Furthermore, nonprofit organizations that engage in commercial activities, such as program services and the sale of goods, have higher survival prospects in turbulent economic environments than nonprofits that receive income primarily from grants and donations. The adoption of business management practices helps nonprofits improve efficiency and capacity, and revenue from program services gives nonprofits more flexibility and stability. As a result, commercial nonprofit tends to experience improved financial self-sufficiency and organizational longevity.

Donor Acknowledgements: When and How to Write Them

If you are a tax-exempt 501(c)(3) organization:

For your donors to receive a tax deduction for making a charitable donation, they must have a receipt. For donations less than $250, a credit card slip or a canceled check is generally sufficient. However, for donations of $250 or more, donors will need a “contemporaneous written acknowledgment” from you prior to filing their own tax returns. The receipt should include the name of your organization, the amount of the gift, and a description of the goods and services received or an explicit statement that says, “No goods or services were provided in return for this contribution.” Failure to provide the proper receipt can result in the donor’s charitable deduction being disallowed.

If the donor receives a substantial benefit in return for the donation, then the threshold drops from $250 to $75. Failure to provide the proper receipt can result in a penalty on the charity of up to $5,000 per event.

If you are a tax-exempt organization other than a 501(c)(3) organization:

Every solicitation must contain an express statement that the gift/donation/contribution is not tax-deductible as a charitable contribution. Failure to make the proper disclosure can result in a penalty of $1,000 for each day the failure occurs.
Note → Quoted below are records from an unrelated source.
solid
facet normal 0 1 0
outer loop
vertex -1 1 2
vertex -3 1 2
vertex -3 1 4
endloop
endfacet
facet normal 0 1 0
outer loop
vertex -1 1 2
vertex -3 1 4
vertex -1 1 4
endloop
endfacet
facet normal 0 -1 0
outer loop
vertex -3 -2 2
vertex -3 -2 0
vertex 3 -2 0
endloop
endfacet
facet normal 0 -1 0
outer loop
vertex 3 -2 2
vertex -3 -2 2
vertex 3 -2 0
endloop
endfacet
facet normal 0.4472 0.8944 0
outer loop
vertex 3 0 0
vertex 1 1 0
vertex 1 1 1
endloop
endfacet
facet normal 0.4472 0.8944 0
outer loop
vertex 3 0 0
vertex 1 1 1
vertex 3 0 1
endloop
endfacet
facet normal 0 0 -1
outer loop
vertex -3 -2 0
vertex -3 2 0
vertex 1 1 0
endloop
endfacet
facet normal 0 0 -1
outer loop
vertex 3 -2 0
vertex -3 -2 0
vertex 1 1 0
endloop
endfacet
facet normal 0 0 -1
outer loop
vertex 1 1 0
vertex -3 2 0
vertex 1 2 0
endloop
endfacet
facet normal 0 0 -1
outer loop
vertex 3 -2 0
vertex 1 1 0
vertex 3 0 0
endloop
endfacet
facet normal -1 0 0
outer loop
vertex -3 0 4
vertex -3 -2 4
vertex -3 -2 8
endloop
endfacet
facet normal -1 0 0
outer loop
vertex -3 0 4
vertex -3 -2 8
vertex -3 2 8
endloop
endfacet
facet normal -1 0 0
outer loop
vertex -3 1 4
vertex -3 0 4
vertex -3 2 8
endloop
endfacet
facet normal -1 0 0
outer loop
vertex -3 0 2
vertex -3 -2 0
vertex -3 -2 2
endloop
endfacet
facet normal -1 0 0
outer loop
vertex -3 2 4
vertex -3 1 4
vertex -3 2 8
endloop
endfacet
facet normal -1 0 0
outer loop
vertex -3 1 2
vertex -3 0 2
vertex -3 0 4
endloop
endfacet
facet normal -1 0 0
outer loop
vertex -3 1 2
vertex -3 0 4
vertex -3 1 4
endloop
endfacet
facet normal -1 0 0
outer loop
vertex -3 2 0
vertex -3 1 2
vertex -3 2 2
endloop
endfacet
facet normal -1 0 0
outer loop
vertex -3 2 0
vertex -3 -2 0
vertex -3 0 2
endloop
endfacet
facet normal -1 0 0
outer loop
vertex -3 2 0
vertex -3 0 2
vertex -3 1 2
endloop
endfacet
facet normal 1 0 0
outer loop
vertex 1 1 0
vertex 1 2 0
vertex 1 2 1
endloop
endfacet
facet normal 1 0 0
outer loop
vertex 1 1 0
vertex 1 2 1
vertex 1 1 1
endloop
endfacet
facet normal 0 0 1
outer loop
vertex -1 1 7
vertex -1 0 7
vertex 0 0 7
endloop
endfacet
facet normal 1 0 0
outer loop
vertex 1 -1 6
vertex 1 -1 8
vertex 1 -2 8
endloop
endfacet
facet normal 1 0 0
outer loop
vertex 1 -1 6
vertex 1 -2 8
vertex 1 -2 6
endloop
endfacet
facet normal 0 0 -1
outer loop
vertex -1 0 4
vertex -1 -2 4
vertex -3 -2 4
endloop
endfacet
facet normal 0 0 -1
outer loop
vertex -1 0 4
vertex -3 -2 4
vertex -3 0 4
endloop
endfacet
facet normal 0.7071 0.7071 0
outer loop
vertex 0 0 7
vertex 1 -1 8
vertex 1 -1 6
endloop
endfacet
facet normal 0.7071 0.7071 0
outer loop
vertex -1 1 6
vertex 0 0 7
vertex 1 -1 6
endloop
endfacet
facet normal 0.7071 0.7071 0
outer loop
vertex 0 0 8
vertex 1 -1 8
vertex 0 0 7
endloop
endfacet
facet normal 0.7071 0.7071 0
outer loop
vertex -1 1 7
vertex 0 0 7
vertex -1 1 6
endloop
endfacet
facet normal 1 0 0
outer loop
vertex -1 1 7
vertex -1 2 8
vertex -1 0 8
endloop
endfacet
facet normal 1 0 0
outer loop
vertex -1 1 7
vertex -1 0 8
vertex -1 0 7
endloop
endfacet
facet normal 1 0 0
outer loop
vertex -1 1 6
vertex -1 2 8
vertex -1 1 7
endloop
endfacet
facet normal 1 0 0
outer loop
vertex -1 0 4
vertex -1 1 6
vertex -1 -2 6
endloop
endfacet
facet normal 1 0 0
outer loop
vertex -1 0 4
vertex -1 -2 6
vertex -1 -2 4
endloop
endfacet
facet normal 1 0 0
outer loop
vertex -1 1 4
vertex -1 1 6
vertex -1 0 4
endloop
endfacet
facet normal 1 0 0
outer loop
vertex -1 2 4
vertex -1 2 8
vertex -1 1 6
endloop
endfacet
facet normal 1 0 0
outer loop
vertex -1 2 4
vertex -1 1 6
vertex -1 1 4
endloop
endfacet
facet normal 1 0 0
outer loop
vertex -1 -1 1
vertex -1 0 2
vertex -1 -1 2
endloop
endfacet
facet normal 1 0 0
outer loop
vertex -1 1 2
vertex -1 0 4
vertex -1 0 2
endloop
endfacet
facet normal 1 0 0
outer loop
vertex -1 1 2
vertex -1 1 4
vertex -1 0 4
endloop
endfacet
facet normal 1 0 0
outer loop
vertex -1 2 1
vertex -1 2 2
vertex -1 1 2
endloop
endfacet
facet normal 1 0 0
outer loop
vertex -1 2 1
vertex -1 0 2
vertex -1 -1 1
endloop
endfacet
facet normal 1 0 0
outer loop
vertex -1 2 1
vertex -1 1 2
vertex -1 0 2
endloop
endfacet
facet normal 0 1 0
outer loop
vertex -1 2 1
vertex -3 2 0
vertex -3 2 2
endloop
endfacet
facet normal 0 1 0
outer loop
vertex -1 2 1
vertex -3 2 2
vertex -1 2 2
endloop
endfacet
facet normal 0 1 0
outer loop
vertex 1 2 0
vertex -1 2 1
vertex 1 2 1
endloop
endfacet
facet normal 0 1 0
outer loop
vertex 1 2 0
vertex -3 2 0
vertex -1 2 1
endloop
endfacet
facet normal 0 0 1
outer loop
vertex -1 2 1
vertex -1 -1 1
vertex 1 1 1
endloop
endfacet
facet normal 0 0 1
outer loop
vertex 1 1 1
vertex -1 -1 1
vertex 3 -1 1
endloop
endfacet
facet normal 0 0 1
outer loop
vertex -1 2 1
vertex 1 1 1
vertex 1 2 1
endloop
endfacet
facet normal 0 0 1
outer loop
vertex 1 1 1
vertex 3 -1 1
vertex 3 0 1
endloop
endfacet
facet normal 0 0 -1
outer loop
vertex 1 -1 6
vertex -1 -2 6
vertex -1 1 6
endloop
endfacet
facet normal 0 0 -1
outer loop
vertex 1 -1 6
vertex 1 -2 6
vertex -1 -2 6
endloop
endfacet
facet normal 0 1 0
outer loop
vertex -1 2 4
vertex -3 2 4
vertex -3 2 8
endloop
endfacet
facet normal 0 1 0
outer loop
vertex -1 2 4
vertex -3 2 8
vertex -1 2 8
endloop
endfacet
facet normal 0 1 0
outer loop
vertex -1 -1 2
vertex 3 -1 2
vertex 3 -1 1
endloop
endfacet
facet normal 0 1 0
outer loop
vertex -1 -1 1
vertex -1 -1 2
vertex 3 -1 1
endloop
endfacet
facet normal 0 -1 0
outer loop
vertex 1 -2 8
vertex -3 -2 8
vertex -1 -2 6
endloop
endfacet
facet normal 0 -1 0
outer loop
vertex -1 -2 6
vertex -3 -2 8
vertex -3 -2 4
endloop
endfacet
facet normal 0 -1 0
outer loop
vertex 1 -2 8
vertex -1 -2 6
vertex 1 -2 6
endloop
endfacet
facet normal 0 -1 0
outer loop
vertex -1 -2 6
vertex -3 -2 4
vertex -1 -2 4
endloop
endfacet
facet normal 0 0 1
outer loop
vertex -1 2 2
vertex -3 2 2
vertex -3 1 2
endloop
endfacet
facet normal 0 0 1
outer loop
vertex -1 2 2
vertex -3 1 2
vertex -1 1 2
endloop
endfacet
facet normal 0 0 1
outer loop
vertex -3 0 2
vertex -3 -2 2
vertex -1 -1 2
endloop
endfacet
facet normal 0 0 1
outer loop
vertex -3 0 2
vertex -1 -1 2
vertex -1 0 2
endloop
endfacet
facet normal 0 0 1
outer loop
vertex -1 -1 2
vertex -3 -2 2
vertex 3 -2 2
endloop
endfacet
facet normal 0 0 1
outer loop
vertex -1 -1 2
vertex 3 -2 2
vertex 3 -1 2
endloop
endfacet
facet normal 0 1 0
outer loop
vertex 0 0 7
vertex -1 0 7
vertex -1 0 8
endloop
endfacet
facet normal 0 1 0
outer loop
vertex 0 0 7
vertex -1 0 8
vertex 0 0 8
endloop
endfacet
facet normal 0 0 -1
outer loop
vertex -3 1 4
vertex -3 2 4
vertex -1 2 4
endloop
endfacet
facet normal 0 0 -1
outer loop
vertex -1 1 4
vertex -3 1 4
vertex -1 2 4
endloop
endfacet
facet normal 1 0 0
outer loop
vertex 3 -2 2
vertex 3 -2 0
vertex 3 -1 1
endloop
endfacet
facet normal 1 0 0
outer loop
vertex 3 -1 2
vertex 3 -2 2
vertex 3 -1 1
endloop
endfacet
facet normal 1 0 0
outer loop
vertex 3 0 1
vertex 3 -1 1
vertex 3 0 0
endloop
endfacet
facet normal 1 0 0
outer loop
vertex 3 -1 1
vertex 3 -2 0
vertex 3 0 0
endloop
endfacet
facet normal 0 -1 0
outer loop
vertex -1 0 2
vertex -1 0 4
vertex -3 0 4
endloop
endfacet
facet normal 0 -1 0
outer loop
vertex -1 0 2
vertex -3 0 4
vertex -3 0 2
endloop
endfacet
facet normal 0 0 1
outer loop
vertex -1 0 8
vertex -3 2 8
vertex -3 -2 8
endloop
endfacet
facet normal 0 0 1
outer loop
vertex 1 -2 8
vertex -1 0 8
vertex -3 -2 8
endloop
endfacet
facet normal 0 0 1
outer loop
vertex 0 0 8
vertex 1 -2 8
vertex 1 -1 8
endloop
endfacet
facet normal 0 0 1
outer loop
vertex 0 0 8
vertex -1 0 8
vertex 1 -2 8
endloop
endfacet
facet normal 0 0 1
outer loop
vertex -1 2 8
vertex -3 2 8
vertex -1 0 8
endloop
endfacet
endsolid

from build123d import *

# Parameters (mm, degrees)
SKETCH1_W           = 6
SKETCH1_H           = 4
BOSS_EXTRUDE1_DEPTH = 8
SKETCH2_W           = 2
SKETCH2_H           = 2
CUT_EXTRUDE1_DEPTH  = 1
SKETCH4_W           = 5
SKETCH4_H           = 3
CUT_EXTRUDE13_DEPTH = 4
SKETCH5_W           = 4
SKETCH5_H           = 1
CUT_EXTRUDE14_DEPTH = 4
SKETCH6_W           = 2
SKETCH6_H           = 2
CUT_EXTRUDE15_DEPTH = 3
CUT_EXTRUDE16_DEPTH = 1
SKETCH8_W           = 1
SKETCH8_H           = 1
CUT_EXTRUDE17_DEPTH = 2
SKETCH10_W          = 2
SKETCH10_H          = 2
CUT_EXTRUDE18_DEPTH = 5
SKETCH12_W          = 2
SKETCH12_H          = 1
CUT_EXTRUDE19_DEPTH = 2
CUT_EXTRUDE20_DEPTH = 2


with BuildPart() as part:
    # Sketch1 → Boss-Extrude1 (new body)
    with BuildSketch(Plane.XY):
        Rectangle(SKETCH1_W, SKETCH1_H)
    extrude(amount=BOSS_EXTRUDE1_DEPTH)

    # Sketch2 → Cut-Extrude1 (cut)
    with BuildSketch(Plane(origin=(0, 2, 0), x_dir=(1, 0, 0), z_dir=(0, 1, 0))):
        with Locations((-2, -3)):
            Rectangle(SKETCH2_W, SKETCH2_H)
    extrude(amount=-CUT_EXTRUDE1_DEPTH, mode=Mode.SUBTRACT)

    # Sketch4 → Cut-Extrude13 (cut)
    with BuildSketch(Plane(origin=(3, 0, 0), x_dir=(0, 0, -1), z_dir=(1, 0, 0))):
        with Locations((-3.5, 0.5)):
            Rectangle(SKETCH4_W, SKETCH4_H)
    extrude(amount=-CUT_EXTRUDE13_DEPTH, mode=Mode.SUBTRACT)

    # Sketch5 → Cut-Extrude14 (cut)
    with BuildSketch(Plane(origin=(3, 0, 0), x_dir=(0, 0, -1), z_dir=(1, 0, 0))):
        with Locations((-4, -1.5)):
            Rectangle(SKETCH5_W, SKETCH5_H)
    extrude(amount=-CUT_EXTRUDE14_DEPTH, mode=Mode.SUBTRACT)

    # Sketch6 → Cut-Extrude15 (cut, through all)
    with BuildSketch(Plane(origin=(-1, 0, 0), x_dir=(0, 0, -1), z_dir=(1, 0, 0))):
        with Locations((-3, -1)):
            Rectangle(SKETCH6_W, SKETCH6_H)
    extrude(amount=-CUT_EXTRUDE15_DEPTH, mode=Mode.SUBTRACT)

    # Sketch7 → Cut-Extrude16 (cut)
    with BuildSketch(Plane(origin=(0, 0, 0), x_dir=(-1, 0, 0), z_dir=(0, 0, -1))):
        Polygon((-1, 2), (-1, 1), (-3, 0), (-3, 2), align=None)
    extrude(amount=-CUT_EXTRUDE16_DEPTH, mode=Mode.SUBTRACT)

    # Sketch8 → Cut-Extrude17 (cut)
    with BuildSketch(Plane(origin=(0, 2, 0), x_dir=(1, 0, 0), z_dir=(0, 1, 0))):
        with Locations((-0.5, -7.5)):
            Rectangle(SKETCH8_W, SKETCH8_H)
    extrude(amount=-CUT_EXTRUDE17_DEPTH, mode=Mode.SUBTRACT)

    # Sketch10 → Cut-Extrude18 (cut, through all)
    with BuildSketch(Plane(origin=(0, 2, 0), x_dir=(1, 0, 0), z_dir=(0, 1, 0))):
        with Locations((2, -7)):
            Rectangle(SKETCH10_W, SKETCH10_H)
    extrude(amount=-CUT_EXTRUDE18_DEPTH, mode=Mode.SUBTRACT)

    # Sketch12 → Cut-Extrude19 (cut)
    with BuildSketch(Plane(origin=(1, 0, 0), x_dir=(0, 0, -1), z_dir=(1, 0, 0))):
        with Locations((-7, 1.5)):
            Rectangle(SKETCH12_W, SKETCH12_H)
    extrude(amount=-CUT_EXTRUDE19_DEPTH, mode=Mode.SUBTRACT)

    # Sketch13 → Cut-Extrude20 (cut)
    with BuildSketch(Plane.XY.offset(8)):
        Polygon((1, -1), (-1, 1), (1, 1), align=None)
    extrude(amount=-CUT_EXTRUDE20_DEPTH, mode=Mode.SUBTRACT)


solid = part.part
The easiest way to reduce your nonprofit organization’s chances of an IRS examination? Distribute a complete copy of your 990 to the entire Board before filing it.

The IRS is moving away from “random sampling” when selecting which nonprofit organizations to audit. Instead, it analyzes the data from your Form 990 and Form 990-T, looking at specific “trigger questions.” One of the important trigger questions is Form 990 Part VI, line 11. Answer “yes” by providing a copy of the complete Form 990 to the entire governing body prior to filing. Don’t redact anything. Don’t just send it to the Finance Committee or the Audit Committee. And share it before you file, not after.

Note that the governing body need not vote to approve the Form 990; technically they don’t even have to look at it (although we recommend that they do!). All that is required is that you provide them a copy, which can be as simple as emailing them a pdf.